Dimensioni: 18 cm x 37 cm
Dimensioni con cornice: 40 cm x 57 cm
L'opera è firmata in basso a destra
L'opera è incorniciata
Willem Hendrik van der Nat (Leiden, 1864–1929) era un artista poliedrico: pittore, disegnatore, acquarellista, scultore, incisore, illustratore e litografo. Ricevette i suoi primi insegnamenti di disegno in tenera età e in seguito frequentò studi a L'Aia e a Leiden, dove diventò amico dell'artista Floris Verster e del critico d'arte H.P. Bremmer.
All'inizio Van der Nat lavorava come illustratore e lithografo, ma intorno al 1900 si dedicò completamente alla pittura. Il suo stile si sviluppò dall'influenza della Scuola di L'Aia a una modalità di lavoro più espressiva e colorata, ispirata anche a Van Gogh e Millet. Acquisì notorietà per i suoi dipinti di pecore e capre, spesso realizzati durante i suoi soggiorni in Drenthe, ma dipinse anche nature morte, paesaggi e scene spagnole.
Van der Nat fu cofondatore dell'associazione artistica Leidse De Kunst om De Kunst e viene considerato tra i membri chiave dei cosiddetti Impressionisti di Leiden — un gruppo di pittori che si distingueva per la pennellata sciolta e l'uso vivace del colore. Essi dipingevano dentro e intorno alla città di Leiden. La corrente è affine alla Scuola di L'Aia. Esiste una biografia scritta da Willem L. Baars. (non fornita con l'acquisto dell'opera). Le sue opere sono presenti nelle collezioni di diversi musei, come lo Stedelijk Museum De Lakenhal a Leiden e il Kröller-Müller Museum a Otterloo.
La visione è naturalmente possibile visitarlo.
Il venditore si racconta
Questo disegno mostra una piccola barca alloggiata in un deposito di fieno. Con carboncino nero l'artista imprime forza alla scena sulla carta. Attraverso un sapiente gioco di luci e ombre riesce a creare profondità e atmosfera: l'interno del deposito è stato reso buio, mentre l'ambiente esterno è sviluppato in tono leggermente più chiaro. Da ciò nasce un bel contrasto e la composizione assume un carattere spaziale e quasi tangibile.
Dimensioni: 18 cm x 37 cm
Dimensioni con cornice: 40 cm x 57 cm
L'opera è firmata in basso a destra
L'opera è incorniciata
Willem Hendrik van der Nat (Leiden, 1864–1929) era un artista poliedrico: pittore, disegnatore, acquarellista, scultore, incisore, illustratore e litografo.

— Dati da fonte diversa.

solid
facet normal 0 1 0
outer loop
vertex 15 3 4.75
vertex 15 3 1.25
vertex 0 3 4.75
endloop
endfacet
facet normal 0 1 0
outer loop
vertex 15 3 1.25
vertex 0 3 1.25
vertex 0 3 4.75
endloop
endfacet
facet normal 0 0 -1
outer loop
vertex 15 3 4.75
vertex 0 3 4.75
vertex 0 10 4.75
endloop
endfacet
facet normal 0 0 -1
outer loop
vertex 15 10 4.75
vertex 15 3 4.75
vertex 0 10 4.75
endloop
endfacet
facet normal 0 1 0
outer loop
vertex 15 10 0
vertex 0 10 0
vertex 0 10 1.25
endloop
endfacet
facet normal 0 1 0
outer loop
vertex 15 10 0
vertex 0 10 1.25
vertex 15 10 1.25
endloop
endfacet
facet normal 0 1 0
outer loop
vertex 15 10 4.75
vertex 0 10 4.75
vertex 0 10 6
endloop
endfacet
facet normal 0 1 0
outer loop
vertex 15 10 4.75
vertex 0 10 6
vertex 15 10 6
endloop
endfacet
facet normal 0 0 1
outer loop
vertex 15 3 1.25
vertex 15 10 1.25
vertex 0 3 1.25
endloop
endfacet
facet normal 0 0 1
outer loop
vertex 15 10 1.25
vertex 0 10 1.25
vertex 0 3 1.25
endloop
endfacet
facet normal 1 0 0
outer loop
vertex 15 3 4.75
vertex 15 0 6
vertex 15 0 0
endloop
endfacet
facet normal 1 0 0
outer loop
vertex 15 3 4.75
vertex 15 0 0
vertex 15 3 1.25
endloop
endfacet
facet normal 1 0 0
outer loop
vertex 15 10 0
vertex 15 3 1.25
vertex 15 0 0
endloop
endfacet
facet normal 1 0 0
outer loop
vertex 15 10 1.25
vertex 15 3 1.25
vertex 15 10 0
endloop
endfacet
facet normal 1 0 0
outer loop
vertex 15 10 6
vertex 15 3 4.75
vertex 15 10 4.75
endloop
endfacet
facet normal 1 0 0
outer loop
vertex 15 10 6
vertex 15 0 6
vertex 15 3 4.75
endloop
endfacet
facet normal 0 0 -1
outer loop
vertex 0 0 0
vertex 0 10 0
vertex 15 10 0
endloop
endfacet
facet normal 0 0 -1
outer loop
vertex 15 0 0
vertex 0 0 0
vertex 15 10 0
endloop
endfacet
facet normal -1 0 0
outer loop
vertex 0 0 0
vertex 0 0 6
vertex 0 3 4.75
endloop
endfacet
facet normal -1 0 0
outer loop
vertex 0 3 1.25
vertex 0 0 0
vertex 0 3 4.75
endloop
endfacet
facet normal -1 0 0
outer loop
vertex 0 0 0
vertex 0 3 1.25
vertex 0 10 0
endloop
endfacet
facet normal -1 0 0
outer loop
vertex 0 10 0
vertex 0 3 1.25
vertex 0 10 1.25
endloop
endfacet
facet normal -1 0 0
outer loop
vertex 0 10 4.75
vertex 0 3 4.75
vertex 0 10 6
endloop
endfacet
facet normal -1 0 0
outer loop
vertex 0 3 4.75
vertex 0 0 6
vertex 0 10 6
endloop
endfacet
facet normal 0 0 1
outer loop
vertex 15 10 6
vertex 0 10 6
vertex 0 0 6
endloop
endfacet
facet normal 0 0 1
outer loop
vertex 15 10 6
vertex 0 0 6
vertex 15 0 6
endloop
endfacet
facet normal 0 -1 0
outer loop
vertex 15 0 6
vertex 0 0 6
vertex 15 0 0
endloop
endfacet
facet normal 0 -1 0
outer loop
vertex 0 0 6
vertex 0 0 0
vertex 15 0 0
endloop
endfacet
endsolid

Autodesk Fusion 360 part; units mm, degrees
box "BoxPrimitive1" add length 10 width 6 height 15 placed x (0, 1, 0) y (0, 0, 1) z (1, 0, 0) at (0, 0, 0)
sketch "Sketch3" plane through (0, 0, 0) normal (-1, 0, 0) x (0, 0, 1)
  line L0 (6, 10) -> (0, 10)
  line L1 (0, 10) -> (0, 0)
  line L2 (0, 0) -> (6, 0)
  line L3 (6, 0) -> (6, 10)
  line L4 (3, 10) -> (3, 6.5) construction
  line L5 (4.75, 10) -> (1.25, 10)
  line L6 (1.25, 10) -> (1.25, 3)
  line L7 (1.25, 3) -> (4.75, 3)
  line L8 (4.75, 3) -> (4.75, 10)
  line L9 (4.75, 10) -> (1.25, 3) construction
  line L10 (1.25, 10) -> (4.75, 3) construction
  point P0 (3, 6.5)
  dimension "d11" = 3.5
  dimension "d12" = 3.5
  dimension "d13" = 7
extrude "Extrude1" cut sketch "Sketch3" against normal blind 15 contours L0 L5 L6 L7 L8
equation "Hole = 3.5 mm"
equation "Width = 6 mm"
equation "Length = 15 mm"
equation "d4 = Height"
equation "d5 = Width"
equation "d6 = Length"
equation "Height = 10 mm"
equation "HHole = 7 mm"
equation "d11 = HHole / 2"
equation "d12 = Hole"
equation "d13 = HHole"
equation "d14 = -Length"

Ricevette i suoi primi insegnamenti di disegno in tenera età e in seguito frequentò studi a L'Aia e a Leiden, dove diventò amico dell'artista Floris Verster e del critico d'arte H.P. Bremmer.
All'inizio Van der Nat lavorava come illustratore e lithografo, ma intorno al 1900 si dedicò completamente alla pittura. Il suo stile si sviluppò dall'influenza della Scuola di L'Aia a una modalità di lavoro più espressiva e colorata, ispirata anche a Van Gogh e Millet. Acquisì notorietà per i suoi dipinti di pecore e capre, spesso realizzati durante i suoi soggiorni in Drenthe, ma dipinse anche nature morte, paesaggi e scene spagnole.

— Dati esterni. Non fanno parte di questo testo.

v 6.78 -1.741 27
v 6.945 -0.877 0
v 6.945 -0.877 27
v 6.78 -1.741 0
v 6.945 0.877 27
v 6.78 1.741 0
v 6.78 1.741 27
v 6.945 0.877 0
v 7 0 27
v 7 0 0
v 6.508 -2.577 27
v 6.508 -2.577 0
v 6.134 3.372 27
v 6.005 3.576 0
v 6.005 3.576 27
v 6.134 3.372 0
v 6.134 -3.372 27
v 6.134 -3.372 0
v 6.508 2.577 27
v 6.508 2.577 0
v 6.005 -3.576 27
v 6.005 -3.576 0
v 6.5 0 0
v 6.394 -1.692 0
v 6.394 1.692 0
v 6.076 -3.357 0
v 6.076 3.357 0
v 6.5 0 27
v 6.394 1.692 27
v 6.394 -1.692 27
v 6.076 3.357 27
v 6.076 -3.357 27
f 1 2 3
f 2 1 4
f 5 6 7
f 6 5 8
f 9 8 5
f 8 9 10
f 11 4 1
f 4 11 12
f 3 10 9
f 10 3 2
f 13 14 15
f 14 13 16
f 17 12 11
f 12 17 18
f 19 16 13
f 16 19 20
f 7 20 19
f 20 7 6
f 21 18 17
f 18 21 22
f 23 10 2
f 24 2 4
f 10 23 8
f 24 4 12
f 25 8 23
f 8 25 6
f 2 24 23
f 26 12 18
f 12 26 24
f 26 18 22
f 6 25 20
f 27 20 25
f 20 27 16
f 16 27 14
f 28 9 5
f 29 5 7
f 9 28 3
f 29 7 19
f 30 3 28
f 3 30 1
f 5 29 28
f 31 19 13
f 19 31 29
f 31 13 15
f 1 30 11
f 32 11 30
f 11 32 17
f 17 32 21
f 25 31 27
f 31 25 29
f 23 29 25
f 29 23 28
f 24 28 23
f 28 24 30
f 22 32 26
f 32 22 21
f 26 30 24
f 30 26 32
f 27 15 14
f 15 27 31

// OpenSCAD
$fn = 50;


difference() {
	union() {
		cylinder(h = 27, r = 7.0000000000);
		translate(v = [-10.0000000000, 0, 0]) {
			cylinder(h = 27, r = 7.0000000000);
		}
	}
	union() {
		cylinder(h = 27, r = 3.2500000000);
		cylinder(h = 27, r = 1.8000000000);
		cylinder(h = 27, r = 1.8000000000);
		cylinder(h = 27, r = 1.8000000000);
		translate(v = [-14.5000000000, 0, 0]) {
			hull() {
				translate(v = [-3.7500000000, 0.0000000000, 0]) {
					cylinder(h = 27, r = 10.5000000000);
				}
				translate(v = [3.7500000000, 0.0000000000, 0]) {
					cylinder(h = 27, r = 10.5000000000);
				}
				translate(v = [-3.7500000000, -0.0000000000, 0]) {
					cylinder(h = 27, r = 10.5000000000);
				}
				translate(v = [3.7500000000, -0.0000000000, 0]) {
					cylinder(h = 27, r = 10.5000000000);
				}
			}
		}
		translate(v = [-7.0000000000, 0, 0.0000000000]) {
			cylinder(h = 27, r = 13.5000000000);
		}
	}
}
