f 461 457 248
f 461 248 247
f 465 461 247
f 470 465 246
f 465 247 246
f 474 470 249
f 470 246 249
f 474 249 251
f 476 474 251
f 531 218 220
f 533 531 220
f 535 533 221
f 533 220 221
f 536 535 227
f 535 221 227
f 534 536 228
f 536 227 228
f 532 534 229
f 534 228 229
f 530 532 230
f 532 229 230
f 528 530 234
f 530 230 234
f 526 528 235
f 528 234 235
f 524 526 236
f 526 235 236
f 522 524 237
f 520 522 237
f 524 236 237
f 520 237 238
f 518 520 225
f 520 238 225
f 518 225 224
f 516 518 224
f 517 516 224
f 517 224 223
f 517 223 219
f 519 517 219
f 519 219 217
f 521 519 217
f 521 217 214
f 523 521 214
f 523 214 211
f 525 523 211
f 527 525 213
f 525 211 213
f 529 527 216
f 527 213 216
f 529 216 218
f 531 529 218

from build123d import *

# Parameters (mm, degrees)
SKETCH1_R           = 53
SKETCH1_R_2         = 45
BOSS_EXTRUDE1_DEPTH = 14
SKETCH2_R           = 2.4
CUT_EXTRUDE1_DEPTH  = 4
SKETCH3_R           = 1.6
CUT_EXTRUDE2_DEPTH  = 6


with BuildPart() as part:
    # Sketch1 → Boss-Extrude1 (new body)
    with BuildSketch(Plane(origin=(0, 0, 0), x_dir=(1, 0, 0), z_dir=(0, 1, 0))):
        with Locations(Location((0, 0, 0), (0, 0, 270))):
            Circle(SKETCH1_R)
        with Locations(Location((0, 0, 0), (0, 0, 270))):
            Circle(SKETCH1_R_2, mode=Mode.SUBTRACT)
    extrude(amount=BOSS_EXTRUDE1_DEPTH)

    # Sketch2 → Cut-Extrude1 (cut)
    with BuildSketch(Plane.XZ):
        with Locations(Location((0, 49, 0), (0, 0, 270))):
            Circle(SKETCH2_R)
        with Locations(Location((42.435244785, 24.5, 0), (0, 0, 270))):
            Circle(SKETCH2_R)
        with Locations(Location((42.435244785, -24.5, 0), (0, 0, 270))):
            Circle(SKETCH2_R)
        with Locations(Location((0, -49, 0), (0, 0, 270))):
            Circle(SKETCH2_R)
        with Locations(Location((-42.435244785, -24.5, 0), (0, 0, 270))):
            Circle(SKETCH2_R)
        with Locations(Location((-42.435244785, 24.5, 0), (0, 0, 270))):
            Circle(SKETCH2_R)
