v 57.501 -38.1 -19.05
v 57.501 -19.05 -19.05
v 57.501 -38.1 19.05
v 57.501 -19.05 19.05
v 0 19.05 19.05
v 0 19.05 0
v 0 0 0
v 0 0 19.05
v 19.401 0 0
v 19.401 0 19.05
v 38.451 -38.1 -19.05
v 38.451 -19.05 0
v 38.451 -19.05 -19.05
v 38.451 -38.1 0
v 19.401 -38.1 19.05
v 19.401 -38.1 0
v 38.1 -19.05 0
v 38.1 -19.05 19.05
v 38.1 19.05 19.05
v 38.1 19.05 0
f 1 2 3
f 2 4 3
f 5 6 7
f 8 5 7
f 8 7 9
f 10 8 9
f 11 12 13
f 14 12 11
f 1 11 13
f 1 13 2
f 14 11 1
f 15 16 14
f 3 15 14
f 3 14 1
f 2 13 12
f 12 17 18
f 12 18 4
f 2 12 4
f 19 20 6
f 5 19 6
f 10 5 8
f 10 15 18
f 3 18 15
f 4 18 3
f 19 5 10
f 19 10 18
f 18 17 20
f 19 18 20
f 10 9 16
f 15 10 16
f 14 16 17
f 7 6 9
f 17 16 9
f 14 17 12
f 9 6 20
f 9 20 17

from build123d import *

# Parameters (mm, degrees)
F1_DEPTH = 19.05
F2_W     = 19.05
F2_H     = 19.05
F3_DEPTH = 19.05


with BuildPart() as f1:
    # F0 (on Top) → F1 (new body)
    with BuildSketch(Plane.XY):
        Polygon((0, 19.05), (0, 0), (19.400613, 0), (19.400613, -38.1), (57.500613, -38.1), (57.500613, -19.05), (38.1, -19.05), (38.1, 19.05), align=None)
    extrude(amount=F1_DEPTH)

    # F2 (on face) → F3 (join)
    with BuildSketch(Plane(origin=(0, 0, 0), x_dir=(1, 0, 0), z_dir=(0, 0, -1))):
        with Locations((47.975613, 28.575)):
            Rectangle(F2_W, F2_H)
    extrude(amount=F3_DEPTH)


solid = f1.part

Van der Nat fu cofondatore dell'associazione artistica Leidse De Kunst om De Kunst e viene considerato tra i membri chiave dei cosiddetti Impressionisti di Leiden — un gruppo di pittori che si distingueva per la pennellata sciolta e l'uso vivace del colore. Essi dipingevano dentro e intorno alla città di Leiden. La corrente è affine alla Scuola di L'Aia. Esiste una biografia scritta da Willem L. Baars. (non fornita con l'acquisto dell'opera). Le sue opere sono presenti nelle collezioni di diversi musei, come lo Stedelijk Museum De Lakenhal a Leiden e il Kröller-Müller Museum a Otterloo.
La visione è naturalmente possibile visitarlo.